Отец, слыша наши с бабушкой беседы, озадаченно хмыкал. Мать недовольно брови хмурила, опасаясь, что вечерние занятия на темы божественные станут известны в школе или, не дай Бог, в самих «органах». Опасаться действительно нужно было. Статья за «антисоветскую пропаганду», а любая западная станция по определению власти только этим и занималась, тогда в уголовном кодексе не только присутствовала, но реально действовала и применялась.
Весной, под Пасху, баба Нюра домой засобиралась. Здоровье у нее поправилось, да и «городская жизнь» ей определенно по душе не пришлась. Скучала бабушка по своей хате. Утром, когда солнце только еще собиралось свой лик показать, из комнаты бабы Нюры раздавалось ежедневное «Слава Тебе, Господи, показавшему нам свет», а затем тихое шептание положенных молитв, за которыми следовали тарахтение посуды, хлопанье дверью и беседа с родным Шариком, уже ожидающим завтрака у крыльца.
Родители поняли, что старушку не в силах им удержать, и решили, как только дорога установится (асфальта тогда еще не было), отвезти ее домой.

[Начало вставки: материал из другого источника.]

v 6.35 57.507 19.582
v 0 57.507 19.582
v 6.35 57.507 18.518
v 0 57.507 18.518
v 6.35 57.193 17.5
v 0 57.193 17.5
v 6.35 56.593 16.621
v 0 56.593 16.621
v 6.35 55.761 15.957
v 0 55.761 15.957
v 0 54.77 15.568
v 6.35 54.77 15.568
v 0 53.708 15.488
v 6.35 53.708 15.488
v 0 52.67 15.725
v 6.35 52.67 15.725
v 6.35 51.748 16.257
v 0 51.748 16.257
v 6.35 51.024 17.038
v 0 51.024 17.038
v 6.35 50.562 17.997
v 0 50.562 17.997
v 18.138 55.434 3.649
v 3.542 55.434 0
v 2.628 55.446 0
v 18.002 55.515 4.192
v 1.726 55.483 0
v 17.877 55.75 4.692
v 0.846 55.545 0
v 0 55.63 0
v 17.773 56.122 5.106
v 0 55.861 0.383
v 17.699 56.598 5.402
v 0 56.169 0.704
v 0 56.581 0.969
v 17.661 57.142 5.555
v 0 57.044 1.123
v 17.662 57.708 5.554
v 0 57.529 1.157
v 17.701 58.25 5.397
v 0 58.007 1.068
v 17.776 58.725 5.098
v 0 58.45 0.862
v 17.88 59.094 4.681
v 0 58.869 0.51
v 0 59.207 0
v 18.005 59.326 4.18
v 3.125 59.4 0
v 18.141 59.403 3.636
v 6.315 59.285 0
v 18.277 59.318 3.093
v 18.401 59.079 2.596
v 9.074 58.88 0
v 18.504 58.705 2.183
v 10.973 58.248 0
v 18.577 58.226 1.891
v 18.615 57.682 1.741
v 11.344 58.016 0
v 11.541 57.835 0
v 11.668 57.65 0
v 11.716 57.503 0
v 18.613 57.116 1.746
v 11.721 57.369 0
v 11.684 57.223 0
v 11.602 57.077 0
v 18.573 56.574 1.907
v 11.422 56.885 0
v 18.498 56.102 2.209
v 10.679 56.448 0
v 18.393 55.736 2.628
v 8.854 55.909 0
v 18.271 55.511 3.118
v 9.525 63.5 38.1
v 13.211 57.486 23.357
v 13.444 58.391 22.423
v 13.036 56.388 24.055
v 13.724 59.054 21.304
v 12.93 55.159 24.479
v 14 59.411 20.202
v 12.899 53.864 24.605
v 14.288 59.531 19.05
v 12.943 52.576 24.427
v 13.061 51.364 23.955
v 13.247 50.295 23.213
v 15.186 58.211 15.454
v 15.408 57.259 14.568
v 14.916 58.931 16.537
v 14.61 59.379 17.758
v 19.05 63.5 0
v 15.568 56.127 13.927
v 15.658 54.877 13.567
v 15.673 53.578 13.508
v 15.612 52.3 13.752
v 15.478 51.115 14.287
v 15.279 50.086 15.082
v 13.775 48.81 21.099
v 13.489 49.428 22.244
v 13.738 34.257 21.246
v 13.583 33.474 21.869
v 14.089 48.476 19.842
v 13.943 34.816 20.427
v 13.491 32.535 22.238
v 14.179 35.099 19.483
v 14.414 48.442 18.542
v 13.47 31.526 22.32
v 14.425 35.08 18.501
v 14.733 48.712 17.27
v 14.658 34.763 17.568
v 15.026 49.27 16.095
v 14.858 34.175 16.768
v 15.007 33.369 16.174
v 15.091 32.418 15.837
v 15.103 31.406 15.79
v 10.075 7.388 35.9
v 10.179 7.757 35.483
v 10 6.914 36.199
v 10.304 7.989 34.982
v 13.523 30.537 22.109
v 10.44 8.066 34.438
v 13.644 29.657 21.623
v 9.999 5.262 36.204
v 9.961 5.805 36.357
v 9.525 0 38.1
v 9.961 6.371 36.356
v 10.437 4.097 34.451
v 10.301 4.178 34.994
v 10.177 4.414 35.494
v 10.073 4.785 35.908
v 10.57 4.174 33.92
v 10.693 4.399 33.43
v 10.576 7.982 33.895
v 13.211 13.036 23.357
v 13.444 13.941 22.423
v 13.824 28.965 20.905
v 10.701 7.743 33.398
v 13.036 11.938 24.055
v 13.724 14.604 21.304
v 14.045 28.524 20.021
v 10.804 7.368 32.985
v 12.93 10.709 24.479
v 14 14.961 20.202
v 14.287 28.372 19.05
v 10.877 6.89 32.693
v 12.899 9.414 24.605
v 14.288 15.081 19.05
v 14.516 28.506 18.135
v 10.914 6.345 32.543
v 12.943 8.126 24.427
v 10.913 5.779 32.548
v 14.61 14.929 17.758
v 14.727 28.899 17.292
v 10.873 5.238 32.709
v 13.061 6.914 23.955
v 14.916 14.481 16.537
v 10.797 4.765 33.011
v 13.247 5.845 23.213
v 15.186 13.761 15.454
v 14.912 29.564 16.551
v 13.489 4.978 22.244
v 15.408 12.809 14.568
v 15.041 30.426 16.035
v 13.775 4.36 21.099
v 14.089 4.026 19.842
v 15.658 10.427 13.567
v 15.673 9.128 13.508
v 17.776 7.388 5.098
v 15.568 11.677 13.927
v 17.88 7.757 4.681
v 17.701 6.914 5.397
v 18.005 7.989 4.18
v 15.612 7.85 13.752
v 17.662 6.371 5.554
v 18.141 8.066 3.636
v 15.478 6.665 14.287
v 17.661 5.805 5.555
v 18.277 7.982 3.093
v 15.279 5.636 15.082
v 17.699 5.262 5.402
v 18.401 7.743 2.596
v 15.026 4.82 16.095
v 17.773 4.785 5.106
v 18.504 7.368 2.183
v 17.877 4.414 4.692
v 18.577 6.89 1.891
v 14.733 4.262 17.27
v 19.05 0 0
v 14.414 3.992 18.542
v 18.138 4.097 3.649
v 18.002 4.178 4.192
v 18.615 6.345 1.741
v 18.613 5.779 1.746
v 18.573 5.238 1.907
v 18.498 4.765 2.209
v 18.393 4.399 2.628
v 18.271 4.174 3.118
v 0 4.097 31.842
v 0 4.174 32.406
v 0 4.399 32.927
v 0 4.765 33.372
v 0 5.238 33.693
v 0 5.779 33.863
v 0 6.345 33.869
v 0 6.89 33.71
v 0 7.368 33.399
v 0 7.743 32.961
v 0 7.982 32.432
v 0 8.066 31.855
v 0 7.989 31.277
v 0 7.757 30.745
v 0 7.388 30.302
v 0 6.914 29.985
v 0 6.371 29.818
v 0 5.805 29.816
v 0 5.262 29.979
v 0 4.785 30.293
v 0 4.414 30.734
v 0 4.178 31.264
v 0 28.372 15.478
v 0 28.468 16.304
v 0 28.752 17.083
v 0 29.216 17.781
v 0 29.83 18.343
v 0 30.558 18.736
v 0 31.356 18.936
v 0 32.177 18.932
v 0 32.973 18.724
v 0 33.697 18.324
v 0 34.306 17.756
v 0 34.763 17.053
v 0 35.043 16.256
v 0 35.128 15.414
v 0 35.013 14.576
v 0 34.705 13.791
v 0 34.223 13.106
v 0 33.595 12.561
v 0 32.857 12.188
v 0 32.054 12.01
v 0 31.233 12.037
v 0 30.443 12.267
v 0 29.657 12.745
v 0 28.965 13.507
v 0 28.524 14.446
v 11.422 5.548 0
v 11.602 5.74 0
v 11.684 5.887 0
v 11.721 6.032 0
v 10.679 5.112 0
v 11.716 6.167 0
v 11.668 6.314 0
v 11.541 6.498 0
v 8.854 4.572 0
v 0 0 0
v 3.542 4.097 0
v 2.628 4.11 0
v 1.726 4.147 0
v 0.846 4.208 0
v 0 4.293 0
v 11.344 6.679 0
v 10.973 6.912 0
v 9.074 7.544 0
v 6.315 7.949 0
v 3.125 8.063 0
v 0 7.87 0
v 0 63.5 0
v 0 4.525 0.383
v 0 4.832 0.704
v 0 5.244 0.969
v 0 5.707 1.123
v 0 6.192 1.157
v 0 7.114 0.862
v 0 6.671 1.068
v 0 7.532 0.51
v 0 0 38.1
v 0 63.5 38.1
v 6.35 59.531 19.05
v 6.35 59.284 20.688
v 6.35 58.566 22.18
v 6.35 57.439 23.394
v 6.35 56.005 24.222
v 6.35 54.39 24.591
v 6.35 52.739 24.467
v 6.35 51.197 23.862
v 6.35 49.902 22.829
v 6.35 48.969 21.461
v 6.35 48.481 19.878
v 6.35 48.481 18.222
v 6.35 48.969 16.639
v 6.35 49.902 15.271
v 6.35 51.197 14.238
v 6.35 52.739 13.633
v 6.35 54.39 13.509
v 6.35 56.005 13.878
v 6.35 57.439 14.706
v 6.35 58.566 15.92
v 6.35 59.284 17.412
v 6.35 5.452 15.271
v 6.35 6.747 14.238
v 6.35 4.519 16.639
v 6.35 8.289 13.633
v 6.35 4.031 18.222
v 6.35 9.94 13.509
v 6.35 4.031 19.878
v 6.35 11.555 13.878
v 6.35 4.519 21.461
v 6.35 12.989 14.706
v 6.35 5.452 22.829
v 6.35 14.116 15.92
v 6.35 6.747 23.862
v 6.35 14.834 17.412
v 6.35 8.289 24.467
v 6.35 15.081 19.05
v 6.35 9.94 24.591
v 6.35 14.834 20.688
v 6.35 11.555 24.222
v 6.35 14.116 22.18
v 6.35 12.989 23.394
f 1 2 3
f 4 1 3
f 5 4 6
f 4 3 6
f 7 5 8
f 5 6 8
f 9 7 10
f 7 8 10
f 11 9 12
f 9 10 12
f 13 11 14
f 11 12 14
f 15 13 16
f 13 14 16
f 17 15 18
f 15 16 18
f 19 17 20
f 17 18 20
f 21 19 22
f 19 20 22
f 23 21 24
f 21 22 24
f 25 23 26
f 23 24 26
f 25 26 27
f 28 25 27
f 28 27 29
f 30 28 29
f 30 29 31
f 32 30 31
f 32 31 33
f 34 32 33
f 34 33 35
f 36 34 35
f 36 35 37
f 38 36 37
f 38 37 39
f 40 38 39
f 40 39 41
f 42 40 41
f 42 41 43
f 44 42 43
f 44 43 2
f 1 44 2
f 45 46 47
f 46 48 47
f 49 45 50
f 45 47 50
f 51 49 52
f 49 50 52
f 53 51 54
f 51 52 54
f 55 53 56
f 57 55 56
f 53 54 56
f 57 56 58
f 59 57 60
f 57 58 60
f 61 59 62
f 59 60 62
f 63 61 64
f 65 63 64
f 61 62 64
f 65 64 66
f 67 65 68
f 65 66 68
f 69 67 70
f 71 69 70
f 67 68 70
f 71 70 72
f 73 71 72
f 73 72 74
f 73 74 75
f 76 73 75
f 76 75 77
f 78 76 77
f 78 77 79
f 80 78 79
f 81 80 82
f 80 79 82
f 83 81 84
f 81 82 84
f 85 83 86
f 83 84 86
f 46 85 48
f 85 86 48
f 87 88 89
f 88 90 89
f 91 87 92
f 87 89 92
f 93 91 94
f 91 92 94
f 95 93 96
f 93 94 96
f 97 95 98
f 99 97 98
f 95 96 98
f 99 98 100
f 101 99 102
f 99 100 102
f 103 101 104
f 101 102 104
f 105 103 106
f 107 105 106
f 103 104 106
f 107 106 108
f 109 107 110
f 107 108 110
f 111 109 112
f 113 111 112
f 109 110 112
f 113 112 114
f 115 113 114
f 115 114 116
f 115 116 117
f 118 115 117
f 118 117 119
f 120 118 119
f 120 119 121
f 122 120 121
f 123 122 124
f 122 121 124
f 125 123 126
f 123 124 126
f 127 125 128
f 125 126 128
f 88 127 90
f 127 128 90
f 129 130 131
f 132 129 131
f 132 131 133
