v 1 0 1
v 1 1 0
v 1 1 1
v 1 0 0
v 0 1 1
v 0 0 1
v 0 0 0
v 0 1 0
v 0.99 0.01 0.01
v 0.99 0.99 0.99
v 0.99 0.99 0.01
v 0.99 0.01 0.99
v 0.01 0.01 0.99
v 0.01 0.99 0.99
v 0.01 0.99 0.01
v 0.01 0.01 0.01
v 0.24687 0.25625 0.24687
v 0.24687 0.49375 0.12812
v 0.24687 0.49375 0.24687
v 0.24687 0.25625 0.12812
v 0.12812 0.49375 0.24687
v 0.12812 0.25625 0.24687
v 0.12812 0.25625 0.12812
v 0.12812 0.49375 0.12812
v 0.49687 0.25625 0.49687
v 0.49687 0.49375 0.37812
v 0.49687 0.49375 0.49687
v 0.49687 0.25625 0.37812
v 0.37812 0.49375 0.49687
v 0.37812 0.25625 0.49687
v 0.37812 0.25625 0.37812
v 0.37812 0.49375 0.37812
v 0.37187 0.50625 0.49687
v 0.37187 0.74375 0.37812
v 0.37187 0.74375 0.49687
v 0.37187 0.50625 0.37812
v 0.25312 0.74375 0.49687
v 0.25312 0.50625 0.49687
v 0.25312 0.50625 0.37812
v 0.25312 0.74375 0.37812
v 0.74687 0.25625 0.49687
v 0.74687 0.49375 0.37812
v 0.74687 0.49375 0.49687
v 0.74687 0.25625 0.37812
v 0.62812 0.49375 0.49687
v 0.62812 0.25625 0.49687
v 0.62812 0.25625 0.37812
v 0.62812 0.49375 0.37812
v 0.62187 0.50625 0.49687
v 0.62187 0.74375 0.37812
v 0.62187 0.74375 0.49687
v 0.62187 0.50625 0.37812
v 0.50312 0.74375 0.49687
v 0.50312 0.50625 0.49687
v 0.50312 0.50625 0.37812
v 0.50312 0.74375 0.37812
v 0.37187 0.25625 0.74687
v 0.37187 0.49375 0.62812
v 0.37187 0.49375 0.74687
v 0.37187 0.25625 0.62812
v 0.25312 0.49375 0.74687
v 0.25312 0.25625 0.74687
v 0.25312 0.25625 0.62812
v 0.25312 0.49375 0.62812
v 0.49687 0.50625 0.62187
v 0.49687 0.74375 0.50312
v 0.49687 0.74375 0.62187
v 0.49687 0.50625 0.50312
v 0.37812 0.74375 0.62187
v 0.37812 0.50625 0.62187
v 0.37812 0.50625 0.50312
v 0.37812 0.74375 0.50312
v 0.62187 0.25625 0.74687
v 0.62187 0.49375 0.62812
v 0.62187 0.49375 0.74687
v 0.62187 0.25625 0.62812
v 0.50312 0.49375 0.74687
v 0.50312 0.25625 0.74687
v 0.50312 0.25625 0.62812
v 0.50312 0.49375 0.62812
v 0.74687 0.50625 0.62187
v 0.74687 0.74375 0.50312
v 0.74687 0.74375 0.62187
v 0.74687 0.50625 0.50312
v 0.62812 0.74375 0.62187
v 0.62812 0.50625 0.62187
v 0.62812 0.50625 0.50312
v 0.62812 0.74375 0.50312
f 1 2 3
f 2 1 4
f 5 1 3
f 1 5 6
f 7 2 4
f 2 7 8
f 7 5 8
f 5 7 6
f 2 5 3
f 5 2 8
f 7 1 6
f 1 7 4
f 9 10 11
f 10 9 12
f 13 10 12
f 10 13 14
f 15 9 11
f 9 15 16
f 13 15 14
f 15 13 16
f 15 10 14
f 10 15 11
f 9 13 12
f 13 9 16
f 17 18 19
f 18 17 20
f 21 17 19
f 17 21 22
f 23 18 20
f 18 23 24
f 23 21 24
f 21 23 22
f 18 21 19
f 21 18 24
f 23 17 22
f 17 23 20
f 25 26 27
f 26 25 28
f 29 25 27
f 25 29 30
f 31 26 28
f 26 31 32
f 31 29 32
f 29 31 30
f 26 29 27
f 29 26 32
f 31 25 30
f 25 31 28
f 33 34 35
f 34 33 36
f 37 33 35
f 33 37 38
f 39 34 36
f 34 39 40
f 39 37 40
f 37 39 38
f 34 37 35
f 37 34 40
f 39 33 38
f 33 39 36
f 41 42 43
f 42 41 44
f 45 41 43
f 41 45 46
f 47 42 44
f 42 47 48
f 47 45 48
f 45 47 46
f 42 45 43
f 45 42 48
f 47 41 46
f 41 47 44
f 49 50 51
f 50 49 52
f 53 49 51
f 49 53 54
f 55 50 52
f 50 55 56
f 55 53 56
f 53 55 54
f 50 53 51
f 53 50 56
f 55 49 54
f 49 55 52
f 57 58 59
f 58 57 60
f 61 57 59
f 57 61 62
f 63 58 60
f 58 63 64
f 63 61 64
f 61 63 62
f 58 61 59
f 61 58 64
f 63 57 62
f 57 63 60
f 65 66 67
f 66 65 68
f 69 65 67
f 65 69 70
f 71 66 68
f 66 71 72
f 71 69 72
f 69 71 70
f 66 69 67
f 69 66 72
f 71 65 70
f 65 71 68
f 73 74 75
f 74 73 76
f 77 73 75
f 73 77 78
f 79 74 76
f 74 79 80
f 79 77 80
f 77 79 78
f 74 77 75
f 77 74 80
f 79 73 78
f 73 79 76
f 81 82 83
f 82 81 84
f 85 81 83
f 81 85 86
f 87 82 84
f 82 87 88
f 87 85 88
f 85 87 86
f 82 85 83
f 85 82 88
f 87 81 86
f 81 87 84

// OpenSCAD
translate([0.1875, 0.375, 0.1875]) color([0.04941488832108687, 0.9243989960853036, 0.6796238522220975]) cube([0.11875, 0.2375, 0.11875], center=true);
translate([0.4375, 0.375, 0.4375]) color([0.6165643145748532, 0.9826833521119438, 0.0255927122392261]) cube([0.11875, 0.2375, 0.11875], center=true);
translate([0.3125, 0.625, 0.4375]) color([0.6460098231560203, 0.7522484787761982, 0.959270299831535]) cube([0.11875, 0.2375, 0.11875], center=true);
translate([0.6875, 0.375, 0.4375]) color([0.1341133561002753, 0.3957775621053963, 0.2636741843460868]) cube([0.11875, 0.2375, 0.11875], center=true);
translate([0.5625, 0.625, 0.4375]) color([0.0089931536744019, 0.6293882137700114, 0.10699193015934139]) cube([0.11875, 0.2375, 0.11875], center=true);
translate([0.3125, 0.375, 0.6875]) color([0.7175713197745442, 0.005780007793811381, 0.39173693032620005]) cube([0.11875, 0.2375, 0.11875], center=true);
translate([0.4375, 0.625, 0.5625]) color([0.2452081522136732, 0.6267109108994009, 0.6522834644017423]) cube([0.11875, 0.2375, 0.11875], center=true);
translate([0.5625, 0.375, 0.6875]) color([0.9794507075148736, 0.15836622274147494, 0.5120520304374113]) cube([0.11875, 0.2375, 0.11875], center=true);
translate([0.6875, 0.625, 0.5625]) color([0.2530044018495886, 0.9503290425104016, 0.5032765343031246]) cube([0.11875, 0.2375, 0.11875], center=true);
color([0.3,0.3,0.3,0.3]) difference() { cube([1,1,1]); translate([0.01,0.01,0.01]) cube([0.98,0.98,0.98]); }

За день до намеченного отъезда баба Нюра после ужина к отцу обратилась:
- Сынок, там у тебя на чердаке радио старое лежит. Ты его мне не отдашь? Буду я с соседками службы слушать.
На чердаке действительно нашел место своего успокоения старенький «Муромец», до которого не успели добраться наши детские руки. Вернее, успели, но не сильно. Лампу звуковую на самодельный передатчик мы с него сняли да один из двух динамиков позаимствовали, за что и получили вместе с младшим братом серьезный нагоняй.
Баба Нюра тоже расстроилась, что «радио не работает», но потом вспомнила еще об одном своем внуке, день и ночь что-то паявшем, всякие говорящие штуки собиравшем и насквозь канифолью пропахшем.
- Так Юрка (так звали нашего двоюродного брата) мне его отремонтирует! - уверенно заявила бабушка.
Погрузили бабу Нюру вместе с Шариком, приемником и узлами в отцовский рабочий «бобик» (была такая марка машинная) и отвезли «до дому, до хаты». Я бы тоже в деревню с ней уехал - все летние месяцы я там и проводил, - но до окончания учебного года еще больше месяца оставалось. Пообещал бабе Нюре, что приеду сразу после последнего звонка. А чтобы старушка не запуталась, где в приемнике эти две радиостанции, церковные службы передававшие, я наклеил на шкалу две бумажные отметки и клавишу диапазонную с надписью КВ1 сразу включил. Бабушке оставалось лишь вилку в розетку вставить - и вот тебе служба на всю хату. А расписание передач божественных старушка за зиму наизусть выучила.
Скоро пришло письмо, что доехала нормально, здоровье хорошее, корову и птицу у соседок забрала, кукурузу посадила, а Шарик отыскал свою старую обеденную миску, роль которой исполняла немецкая военная каска. В конце письма стояла приписка, что Юрка радио отремонтировал, но слышно службы плохо, трещит что-то. И звук то громче, то тише - ничего не разберешь.
Я рвался в деревню и ругал Юрку - за то, что у того ума не хватило антенну соорудить.
В первый же день своего приезда в деревню забрались мы с братом на чердак и соорудили антенну, которая начиналась от соломенной крыши бабушкиного дома и тянулась через весь двор к навесу для сушки кукурузы и фруктов
Включили «Муромец» и остолбенели. По всей хате разнёсся четкий, ясный, без хрипа глушилок и прочих помех, голос Анатолия Гольдберга:
- В эфире Би-Би-Си. Информационная программа «Глядя из Лондона».
Оказывается, деревню, где жила баба Нюра, волны глушения практически полностью обходили стороной. Уже по прошествии многих лет я такую слышимость западных радиостанций лишь в Абхазии наблюдал, да и то в тех диапазонах, которых в стандартных советских радиоприемниках не было.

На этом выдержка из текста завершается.